» Task to carry out
Set down exactly, from the records below, the line with "#43=VERTEX_POINT('',#42);" through the line with "#50=ORIENTED_EDGE('',*,*,#45,.F.);", and nothing else.

Start of Block

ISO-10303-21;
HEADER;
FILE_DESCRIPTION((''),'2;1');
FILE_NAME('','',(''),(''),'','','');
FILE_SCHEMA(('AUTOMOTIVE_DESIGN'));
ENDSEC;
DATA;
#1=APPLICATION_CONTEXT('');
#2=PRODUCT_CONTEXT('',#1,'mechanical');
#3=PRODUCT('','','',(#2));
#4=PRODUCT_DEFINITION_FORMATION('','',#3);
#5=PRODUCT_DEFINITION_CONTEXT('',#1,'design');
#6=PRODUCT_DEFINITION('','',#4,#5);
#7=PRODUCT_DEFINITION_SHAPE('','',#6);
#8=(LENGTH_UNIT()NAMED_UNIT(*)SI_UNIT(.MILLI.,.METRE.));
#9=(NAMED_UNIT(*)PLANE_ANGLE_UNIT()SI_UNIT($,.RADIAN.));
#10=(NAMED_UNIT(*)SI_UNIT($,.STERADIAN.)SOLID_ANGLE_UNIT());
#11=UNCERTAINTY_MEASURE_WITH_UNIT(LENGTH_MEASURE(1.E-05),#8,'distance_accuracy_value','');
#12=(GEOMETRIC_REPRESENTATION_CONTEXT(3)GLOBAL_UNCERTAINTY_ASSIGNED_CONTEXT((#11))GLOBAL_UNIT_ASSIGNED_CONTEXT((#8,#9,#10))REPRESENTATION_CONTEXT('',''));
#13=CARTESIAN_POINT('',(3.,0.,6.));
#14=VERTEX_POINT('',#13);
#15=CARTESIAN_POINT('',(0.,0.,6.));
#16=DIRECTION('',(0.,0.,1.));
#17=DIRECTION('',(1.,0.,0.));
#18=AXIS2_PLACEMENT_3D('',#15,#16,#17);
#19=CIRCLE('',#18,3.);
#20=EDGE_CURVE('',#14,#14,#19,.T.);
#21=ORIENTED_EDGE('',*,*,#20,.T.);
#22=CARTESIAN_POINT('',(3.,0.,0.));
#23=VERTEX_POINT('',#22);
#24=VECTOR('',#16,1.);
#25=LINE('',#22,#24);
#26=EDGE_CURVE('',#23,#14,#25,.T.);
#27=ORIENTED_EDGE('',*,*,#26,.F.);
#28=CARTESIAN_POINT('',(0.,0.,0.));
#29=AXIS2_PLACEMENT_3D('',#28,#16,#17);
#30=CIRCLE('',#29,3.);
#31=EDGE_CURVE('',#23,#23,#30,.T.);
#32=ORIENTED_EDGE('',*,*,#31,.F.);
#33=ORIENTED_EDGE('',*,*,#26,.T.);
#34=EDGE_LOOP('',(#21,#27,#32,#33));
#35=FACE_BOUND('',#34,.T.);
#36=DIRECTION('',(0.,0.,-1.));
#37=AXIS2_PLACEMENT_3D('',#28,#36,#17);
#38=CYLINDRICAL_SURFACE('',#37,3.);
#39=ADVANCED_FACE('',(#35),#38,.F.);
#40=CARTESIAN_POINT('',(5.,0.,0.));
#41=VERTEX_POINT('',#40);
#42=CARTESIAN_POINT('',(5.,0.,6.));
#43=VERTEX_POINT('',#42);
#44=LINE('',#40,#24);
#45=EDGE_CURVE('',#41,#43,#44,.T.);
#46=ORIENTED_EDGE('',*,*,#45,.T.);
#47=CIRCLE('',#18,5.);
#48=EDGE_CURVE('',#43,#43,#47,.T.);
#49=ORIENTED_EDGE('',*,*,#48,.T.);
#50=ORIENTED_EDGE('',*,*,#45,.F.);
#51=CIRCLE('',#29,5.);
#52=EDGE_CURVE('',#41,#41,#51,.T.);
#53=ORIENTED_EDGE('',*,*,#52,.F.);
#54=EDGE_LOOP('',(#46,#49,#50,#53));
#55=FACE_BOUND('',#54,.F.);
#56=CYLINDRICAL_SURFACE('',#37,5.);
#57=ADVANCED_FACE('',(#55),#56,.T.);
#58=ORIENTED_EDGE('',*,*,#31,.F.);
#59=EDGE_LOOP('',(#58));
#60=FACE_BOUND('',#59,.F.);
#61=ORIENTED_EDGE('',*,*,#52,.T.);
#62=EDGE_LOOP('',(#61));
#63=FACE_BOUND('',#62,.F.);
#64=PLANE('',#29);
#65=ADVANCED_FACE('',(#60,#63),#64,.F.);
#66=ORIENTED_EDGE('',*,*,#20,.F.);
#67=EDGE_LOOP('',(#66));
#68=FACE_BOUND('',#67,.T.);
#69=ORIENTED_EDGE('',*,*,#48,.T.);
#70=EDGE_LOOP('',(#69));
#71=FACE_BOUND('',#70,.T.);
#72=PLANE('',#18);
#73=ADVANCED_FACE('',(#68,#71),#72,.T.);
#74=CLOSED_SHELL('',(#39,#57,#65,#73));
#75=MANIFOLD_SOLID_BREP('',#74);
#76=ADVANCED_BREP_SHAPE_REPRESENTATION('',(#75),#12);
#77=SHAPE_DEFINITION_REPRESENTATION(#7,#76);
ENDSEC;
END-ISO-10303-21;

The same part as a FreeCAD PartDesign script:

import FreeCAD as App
import Part
import Sketcher

doc = App.newDocument("Part")
body = doc.addObject("PartDesign::Body", "Body")

# Sketch on XY plane
sketch1 = body.newObject("Sketcher::SketchObject", "Sketch")
sketch1.AttachmentSupport = (doc.getObject("XY_Plane"), [""])
sketch1.MapMode = "FlatFace"
sketch1.addGeometry(Part.Circle(App.Vector(0, 0, 0), App.Vector(0, 0, 1), 5), False)
sketch1.addGeometry(Part.Circle(App.Vector(0, 0, 0), App.Vector(0, 0, 1), 3), False)
sketch1.addConstraint(Sketcher.Constraint("Coincident", 0, 3, -1, 1))
sketch1.addConstraint(Sketcher.Constraint("Coincident", 1, 3, -1, 1))
sketch1.addConstraint(Sketcher.Constraint("Diameter", 0, 10.0))
sketch1.addConstraint(Sketcher.Constraint("Diameter", 1, 6.0))
pad1 = body.newObject("PartDesign::Pad", "Pad")
pad1.Profile = sketch1
pad1.Length = 6

doc.recompute()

End of Block

» Response below
#43=VERTEX_POINT('',#42);
#44=LINE('',#40,#24);
#45=EDGE_CURVE('',#41,#43,#44,.T.);
#46=ORIENTED_EDGE('',*,*,#45,.T.);
#47=CIRCLE('',#18,5.);
#48=EDGE_CURVE('',#43,#43,#47,.T.);
#49=ORIENTED_EDGE('',*,*,#48,.T.);
#50=ORIENTED_EDGE('',*,*,#45,.F.);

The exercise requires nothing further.